Things We Saw Today: Looking Back at Twenty Years of The Phantom Menace

Hating the prequels isn’t a replacement for a personality.

This week marks the twentieth anniversary of The Phantom Menace, as well as the anniversaries of other prequels Attack of the Clones and Revenge of the Sithio9 ran a fantastic piece on twenty years of the film, as fans at Star Wars Celebration reflected on what the prequels meant to them both growing up and watching it as adults. There have been some bad prequel hot takes, including one saying the films need to be remade, but it’s time that people stopped complaining about the prequels.

Lucas wanted to tell a different story with The Phantom Menace and the prequels. He wanted to get political, to show the Jedi to be a flawed organization, and to tell a darker, more tragic story than the original trilogy. While there are some missteps, the prequels are not the worst films ever made. They gave us The Clone Wars and Ahsoka Tano. They gave us the endlessly courageous Padmé Amidala.
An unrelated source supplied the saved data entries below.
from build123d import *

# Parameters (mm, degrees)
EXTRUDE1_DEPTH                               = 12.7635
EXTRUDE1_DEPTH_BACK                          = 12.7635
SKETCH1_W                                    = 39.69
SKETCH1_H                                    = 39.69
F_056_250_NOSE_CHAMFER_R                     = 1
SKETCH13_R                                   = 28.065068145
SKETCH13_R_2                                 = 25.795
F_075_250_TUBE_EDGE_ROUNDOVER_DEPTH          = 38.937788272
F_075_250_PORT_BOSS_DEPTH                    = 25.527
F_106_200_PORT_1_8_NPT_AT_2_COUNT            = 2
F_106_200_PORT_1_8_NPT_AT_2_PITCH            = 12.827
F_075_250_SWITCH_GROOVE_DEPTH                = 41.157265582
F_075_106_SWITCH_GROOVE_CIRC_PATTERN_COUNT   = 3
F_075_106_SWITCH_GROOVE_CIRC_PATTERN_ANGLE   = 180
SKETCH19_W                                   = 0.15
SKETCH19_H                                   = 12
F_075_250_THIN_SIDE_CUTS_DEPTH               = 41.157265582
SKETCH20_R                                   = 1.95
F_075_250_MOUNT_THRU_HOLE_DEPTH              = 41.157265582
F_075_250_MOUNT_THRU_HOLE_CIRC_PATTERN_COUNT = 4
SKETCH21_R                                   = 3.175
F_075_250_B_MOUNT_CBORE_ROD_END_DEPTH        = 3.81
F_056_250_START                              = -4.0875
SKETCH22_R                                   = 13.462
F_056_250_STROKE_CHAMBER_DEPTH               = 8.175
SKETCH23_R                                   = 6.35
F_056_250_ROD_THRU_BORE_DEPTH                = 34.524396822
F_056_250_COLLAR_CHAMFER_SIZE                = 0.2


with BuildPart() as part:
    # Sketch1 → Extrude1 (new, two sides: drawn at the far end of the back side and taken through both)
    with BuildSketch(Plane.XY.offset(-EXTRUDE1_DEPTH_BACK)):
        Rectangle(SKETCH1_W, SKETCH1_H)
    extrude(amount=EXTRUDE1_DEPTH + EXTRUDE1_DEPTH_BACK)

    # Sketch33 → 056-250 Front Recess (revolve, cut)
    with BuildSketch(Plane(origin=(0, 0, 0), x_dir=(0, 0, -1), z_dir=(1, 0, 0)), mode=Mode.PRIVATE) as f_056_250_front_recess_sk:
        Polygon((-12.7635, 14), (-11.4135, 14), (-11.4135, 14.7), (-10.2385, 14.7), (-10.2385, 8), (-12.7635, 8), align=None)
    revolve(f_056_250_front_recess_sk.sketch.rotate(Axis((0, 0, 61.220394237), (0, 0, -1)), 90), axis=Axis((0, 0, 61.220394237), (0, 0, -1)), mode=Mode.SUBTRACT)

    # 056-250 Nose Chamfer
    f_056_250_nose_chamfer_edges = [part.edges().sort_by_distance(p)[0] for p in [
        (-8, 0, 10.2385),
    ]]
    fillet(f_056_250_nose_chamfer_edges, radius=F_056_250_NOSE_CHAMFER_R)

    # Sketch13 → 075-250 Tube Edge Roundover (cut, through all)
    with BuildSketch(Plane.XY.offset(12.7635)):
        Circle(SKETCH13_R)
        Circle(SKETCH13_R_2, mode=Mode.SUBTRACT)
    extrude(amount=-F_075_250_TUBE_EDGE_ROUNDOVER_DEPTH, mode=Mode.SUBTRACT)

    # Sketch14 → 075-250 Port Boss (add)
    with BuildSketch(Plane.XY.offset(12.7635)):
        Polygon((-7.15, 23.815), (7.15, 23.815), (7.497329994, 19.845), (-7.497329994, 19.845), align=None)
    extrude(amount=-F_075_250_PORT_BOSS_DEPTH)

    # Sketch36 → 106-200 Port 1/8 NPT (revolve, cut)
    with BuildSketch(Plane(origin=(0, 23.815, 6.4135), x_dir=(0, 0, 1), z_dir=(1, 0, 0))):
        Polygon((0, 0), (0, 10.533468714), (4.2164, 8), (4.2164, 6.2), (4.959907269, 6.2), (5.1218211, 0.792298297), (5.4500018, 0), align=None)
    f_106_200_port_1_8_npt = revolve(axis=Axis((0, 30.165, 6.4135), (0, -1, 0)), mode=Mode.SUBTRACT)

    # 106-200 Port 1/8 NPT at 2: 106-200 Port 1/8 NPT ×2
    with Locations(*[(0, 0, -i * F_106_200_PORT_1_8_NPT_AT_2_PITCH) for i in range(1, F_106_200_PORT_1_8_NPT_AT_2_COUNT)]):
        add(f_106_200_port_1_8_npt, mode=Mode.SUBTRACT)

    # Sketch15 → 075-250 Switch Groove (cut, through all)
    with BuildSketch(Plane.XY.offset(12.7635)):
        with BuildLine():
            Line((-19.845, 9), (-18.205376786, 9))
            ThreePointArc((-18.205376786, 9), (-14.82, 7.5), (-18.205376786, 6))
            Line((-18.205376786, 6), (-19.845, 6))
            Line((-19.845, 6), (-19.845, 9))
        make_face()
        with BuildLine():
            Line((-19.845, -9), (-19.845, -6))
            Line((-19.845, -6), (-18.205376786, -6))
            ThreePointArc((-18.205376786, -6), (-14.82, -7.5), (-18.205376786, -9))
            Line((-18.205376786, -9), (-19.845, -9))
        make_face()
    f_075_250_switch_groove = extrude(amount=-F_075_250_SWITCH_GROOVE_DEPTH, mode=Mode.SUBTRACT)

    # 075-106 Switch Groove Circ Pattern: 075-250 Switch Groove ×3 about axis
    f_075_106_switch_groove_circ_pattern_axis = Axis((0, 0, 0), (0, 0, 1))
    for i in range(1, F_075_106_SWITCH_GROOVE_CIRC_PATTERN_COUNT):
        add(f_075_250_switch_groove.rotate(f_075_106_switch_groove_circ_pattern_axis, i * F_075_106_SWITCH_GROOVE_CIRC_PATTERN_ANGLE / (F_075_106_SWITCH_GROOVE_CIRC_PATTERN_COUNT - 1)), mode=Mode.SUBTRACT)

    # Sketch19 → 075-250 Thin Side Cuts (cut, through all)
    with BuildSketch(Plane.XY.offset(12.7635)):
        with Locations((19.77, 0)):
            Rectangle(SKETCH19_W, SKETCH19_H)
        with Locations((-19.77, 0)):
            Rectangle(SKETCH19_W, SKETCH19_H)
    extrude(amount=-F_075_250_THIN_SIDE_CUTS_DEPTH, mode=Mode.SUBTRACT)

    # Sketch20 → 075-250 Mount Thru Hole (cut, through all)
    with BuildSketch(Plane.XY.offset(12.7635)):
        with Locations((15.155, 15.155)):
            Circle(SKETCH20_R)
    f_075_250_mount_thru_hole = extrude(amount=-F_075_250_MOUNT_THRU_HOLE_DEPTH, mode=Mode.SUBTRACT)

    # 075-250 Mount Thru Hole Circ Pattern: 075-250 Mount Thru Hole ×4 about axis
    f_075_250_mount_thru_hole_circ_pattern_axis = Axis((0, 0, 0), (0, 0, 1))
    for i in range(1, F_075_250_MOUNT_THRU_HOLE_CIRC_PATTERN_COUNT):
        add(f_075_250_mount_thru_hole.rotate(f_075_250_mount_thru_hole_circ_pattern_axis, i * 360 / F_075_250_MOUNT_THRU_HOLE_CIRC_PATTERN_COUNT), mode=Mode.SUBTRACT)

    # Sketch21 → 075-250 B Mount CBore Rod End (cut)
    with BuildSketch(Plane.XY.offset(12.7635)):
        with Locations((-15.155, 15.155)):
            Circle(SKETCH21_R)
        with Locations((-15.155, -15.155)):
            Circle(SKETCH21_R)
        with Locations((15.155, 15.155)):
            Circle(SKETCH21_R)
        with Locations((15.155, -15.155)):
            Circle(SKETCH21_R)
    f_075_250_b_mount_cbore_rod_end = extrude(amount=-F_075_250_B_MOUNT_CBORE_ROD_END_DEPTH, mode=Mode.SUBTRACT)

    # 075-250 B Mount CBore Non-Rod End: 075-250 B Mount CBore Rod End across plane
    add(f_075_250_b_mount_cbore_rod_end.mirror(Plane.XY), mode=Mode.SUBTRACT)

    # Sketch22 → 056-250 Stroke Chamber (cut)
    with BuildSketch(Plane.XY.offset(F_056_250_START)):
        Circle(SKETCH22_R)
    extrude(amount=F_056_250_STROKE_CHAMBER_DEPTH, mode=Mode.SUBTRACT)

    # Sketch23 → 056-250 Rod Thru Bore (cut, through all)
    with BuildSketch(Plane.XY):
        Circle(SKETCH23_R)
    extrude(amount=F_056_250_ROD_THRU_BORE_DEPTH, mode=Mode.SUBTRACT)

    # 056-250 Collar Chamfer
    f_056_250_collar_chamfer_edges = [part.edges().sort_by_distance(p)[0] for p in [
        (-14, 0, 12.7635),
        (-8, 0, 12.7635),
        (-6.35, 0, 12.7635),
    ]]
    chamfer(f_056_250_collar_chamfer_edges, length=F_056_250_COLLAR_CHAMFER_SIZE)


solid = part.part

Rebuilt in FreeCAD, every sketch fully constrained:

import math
import FreeCAD as App
import Part
import Sketcher

V = App.Vector
Q = App.Units.Quantity


def edges_at(feature, points):
    """Names of the edges that pass closest to the given points."""
    edges = feature.Shape.Edges
    near = lambda p: min(range(len(edges)), key=lambda i: edges[i].distToShape(Part.Vertex(*p))[0])
    return sorted({f"Edge{near(p) + 1}" for p in points})

doc = App.newDocument("Part")
body = doc.addObject("PartDesign::Body", "Body")

sketch1 = doc.addObject("Sketcher::SketchObject", "Sketch")
body.addObject(sketch1)
sketch1.AttachmentSupport = (doc.XY_Plane, [""])
sketch1.MapMode = "FlatFace"
sketch1.addGeometry([
    Part.LineSegment(V(-19.845, 19.845, 0), V(-19.845, -19.845, 0)),
    Part.LineSegment(V(-19.845, -19.845, 0), V(19.845, -19.845, 0)),
    Part.LineSegment(V(19.845, -19.845, 0), V(19.845, 19.845, 0)),
    Part.LineSegment(V(19.845, 19.845, 0), V(-19.845, 19.845, 0)),
], False)
sketch1.addConstraint([
    Sketcher.Constraint("Coincident", 0, 2, 1, 1),
    Sketcher.Constraint("Coincident", 1, 2, 2, 1),
    Sketcher.Constraint("Coincident", 2, 2, 3, 1),
    Sketcher.Constraint("Coincident", 3, 2, 0, 1),
    Sketcher.Constraint("Vertical", 0),
    Sketcher.Constraint("Horizontal", 1),
    Sketcher.Constraint("Vertical", 2),
    Sketcher.Constraint("Horizontal", 3),
    Sketcher.Constraint("Symmetric", 0, 2, 2, 2, -1, 1),
    Sketcher.Constraint("Equal", 3, 0),
    Sketcher.Constraint("DistanceX", 1, 1, 1, 2, Q("39.69 mm")),
])
pad1 = doc.addObject("PartDesign::Pad", "Pad")
body.addObject(pad1)
pad1.Profile = sketch1
pad1.Type = "TwoLengths"
pad1.Length = 12.7635
pad1.Length2 = 12.7635

sketch2 = doc.addObject("Sketcher::SketchObject", "Sketch001")
body.addObject(sketch2)
sketch2.AttachmentSupport = (doc.YZ_Plane, [""])
sketch2.MapMode = "FlatFace"
sketch2.addGeometry([
    Part.LineSegment(V(14, 11.4135, 0), V(14, 12.7635, 0)),
    Part.LineSegment(V(14, 12.7635, 0), V(8, 12.7635, 0)),
    Part.LineSegment(V(8, 12.7635, 0), V(8, 10.2385, 0)),
    Part.LineSegment(V(8, 10.2385, 0), V(14.7, 10.2385, 0)),
    Part.LineSegment(V(14.7, 10.2385, 0), V(14.7, 11.4135, 0)),
    Part.LineSegment(V(14.7, 11.4135, 0), V(14, 11.4135, 0)),
], False)
sketch2.addConstraint([
    Sketcher.Constraint("Coincident", 0, 2, 1, 1),
    Sketcher.Constraint("Coincident", 1, 2, 2, 1),
    Sketcher.Constraint("Coincident", 2, 2, 3, 1),
    Sketcher.Constraint("Coincident", 3, 2, 4, 1),
    Sketcher.Constraint("Coincident", 4, 2, 5, 1),
    Sketcher.Constraint("Coincident", 5, 2, 0, 1),
    Sketcher.Constraint("Vertical", 0),
    Sketcher.Constraint("Horizontal", 1),
    Sketcher.Constraint("Vertical", 2),
    Sketcher.Constraint("Horizontal", 3),
    Sketcher.Constraint("Vertical", 4),
    Sketcher.Constraint("Horizontal", 5),
    Sketcher.Constraint("DistanceX", 1, 2, 1, 1, Q("6 mm")),
    Sketcher.Constraint("DistanceX", 3, 1, 3, 2, Q("6.7 mm")),
    Sketcher.Constraint("DistanceX", -1, 1, 0, 2, Q("14 mm")),
    Sketcher.Constraint("DistanceY", 0, 1, 0, 2, Q("1.35 mm")),
    Sketcher.Constraint("DistanceY", 2, 2, 2, 1, Q("2.525 mm")),
    Sketcher.Constraint("DistanceY", -1, 1, 0, 2, Q("12.7635 mm")),
])
groove = doc.addObject("PartDesign::Groove", "Groove")
body.addObject(groove)
groove.Profile = sketch2
groove.ReferenceAxis = (sketch2, ["V_Axis"])
groove.Angle = 360
doc.recompute()

fillet = doc.addObject("PartDesign::Fillet", "Fillet")
body.addObject(fillet)
fillet.Base = (groove, edges_at(groove, [(-8, 0, 10.239)]))
fillet.Radius = 1

sketch3 = doc.addObject("Sketcher::SketchObject", "Sketch002")
body.addObject(sketch3)
sketch3.AttachmentSupport = (doc.XY_Plane, [""])
sketch3.MapMode = "FlatFace"
sketch3.AttachmentOffset = App.Placement(V(0, 0, 12.7635), App.Rotation())
sketch3.addGeometry([
    Part.Circle(V(0, 0, 0), V(0, 0, 1), 28.065068),
    Part.Circle(V(0, 0, 0), V(0, 0, 1), 25.795),
], False)
sketch3.addConstraint([
    Sketcher.Constraint("Coincident", 0, 3, -1, 1),
    Sketcher.Constraint("Coincident", 1, 3, -1, 1),
    Sketcher.Constraint("Diameter", 1, Q("51.59 mm")),
    Sketcher.Constraint("Diameter", 0, Q("56.130136 mm")),
])
pocket1 = doc.addObject("PartDesign::Pocket", "Pocket")
body.addObject(pocket1)
pocket1.Profile = sketch3
pocket1.Type = "ThroughAll"

sketch4 = doc.addObject("Sketcher::SketchObject", "Sketch003")
body.addObject(sketch4)
sketch4.AttachmentSupport = (doc.XY_Plane, [""])
sketch4.MapMode = "FlatFace"
sketch4.AttachmentOffset = App.Placement(V(0, 0, 12.7635), App.Rotation())
sketch4.addGeometry([
    Part.LineSegment(V(7.15, 23.815, 0), V(-7.15, 23.815, 0)),
    Part.LineSegment(V(-7.15, 23.815, 0), V(-7.49733, 19.845, 0)),
    Part.LineSegment(V(-7.49733, 19.845, 0), V(7.49733, 19.845, 0)),
    Part.LineSegment(V(7.49733, 19.845, 0), V(7.15, 23.815, 0)),
], False)
sketch4.addConstraint([
    Sketcher.Constraint("Coincident", 0, 2, 1, 1),
    Sketcher.Constraint("Coincident", 1, 2, 2, 1),
    Sketcher.Constraint("Coincident", 2, 2, 3, 1),
    Sketcher.Constraint("Coincident", 3, 2, 0, 1),
    Sketcher.Constraint("Horizontal", 0),
    Sketcher.Constraint("Horizontal", 2),
    Sketcher.Constraint("Equal", 1, 3),
    Sketcher.Constraint("Angle", 1, Q("-95 deg")),
    Sketcher.Constraint("DistanceX", 0, 2, 0, 1, Q("14.3 mm")),
    Sketcher.Constraint("DistanceX", 0, 2, -1, 1, Q("7.15 mm")),
    Sketcher.Constraint("DistanceY", 1, 2, 0, 2, Q("3.97 mm")),
    Sketcher.Constraint("DistanceY", -1, 1, 0, 2, Q("23.815 mm")),
])
pad2 = doc.addObject("PartDesign::Pad", "Pad001")
body.addObject(pad2)
pad2.Profile = sketch4
pad2.Length = 25.527
pad2.Reversed = True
The Phantom Menace centers on Padmé as a teenaged queen of a planet who takes matters into her own hands. It gives us a younger, more brash Obi-Wan Kenobi, and the best lightsaber battle of the series. It has a gorgeous score, and the worldbuilding is fantastic. Most of all, for those of us who were kids when we watched it, it’s amazingly fun. There’s podracing and laser swords and cool costumes. It does what it is supposed to do: expand the Star Wars galaxy and entertain the audience, and even if it’s not perfect, it still means something to a great number of fans.

Besides, the prequel jokes are old. A good “I don’t like sand” meme is one thing but hating the prequels (and the sequels) doesn’t seem like the best way to express love for the franchise. It’s possible to critique what you don’t like without turning it into a personality trait, and to also respect the fans who do find meaning and love in the prequels. Don’t tear down fans of any age who love the franchise because they found it through the prequels. It’s not a good look.”

0 Comments

  • Marshall

    “Besides, the prequel jokes are old. A good “I don’t like sand” meme is one thing but hating the prequels (and the sequels) doesn’t seem like the best way to express love for the franchise. It’s possible to critique what you don’t like without turning it into a personality trait, and to also respect the fans who do find meaning and love in the prequels. Don’t tear down fans of any age who love the franchise because they found it through the prequels. It’s not a good look.”
    If these clowns had said this years ago, there’d be no “toxic fandom”.

    • archdukeofnaboo

      Too little, too late.

      Where were these people when online media outlets were spitting on the PT left, right, and centre in 2010-12? Joining in with the RLM bandwagon – that’s where they likely were.

      If a writer has flip-flopped on the prequels, and once fed this “toxic fandom”, he/she must own up to it. Long time PT fans are not going to tolerate gaping hypocrisy.

      • Natalie

        More like 1999 – 2015. TFA release was a height of prequel hate. The turnaround started happening after the realization hit TFA was a lazy rehash and TLJ is rated below any of the prequels everywhere (except IMDB which is rigged IMO).

      • archdukeofnaboo

        @Natalie

        You’re not wrong. What I mean by 2010-12 is that online media were on overdrive – at their most vicious, most aggressive – against the PT at that time. The Red Latter Media video reviews were the spark that ignited it, and people were endlessly parroting them all over the web.

        Of course the bashing continued in a horribly official manner under the guise of TFA marketing through to 2015. But I could already already detect PT fans – a fey, though still noticeable – starting to raise their heads about the water in the months before VII came out. Then in late January 2016 a lot of fans started to realise they’d been conned.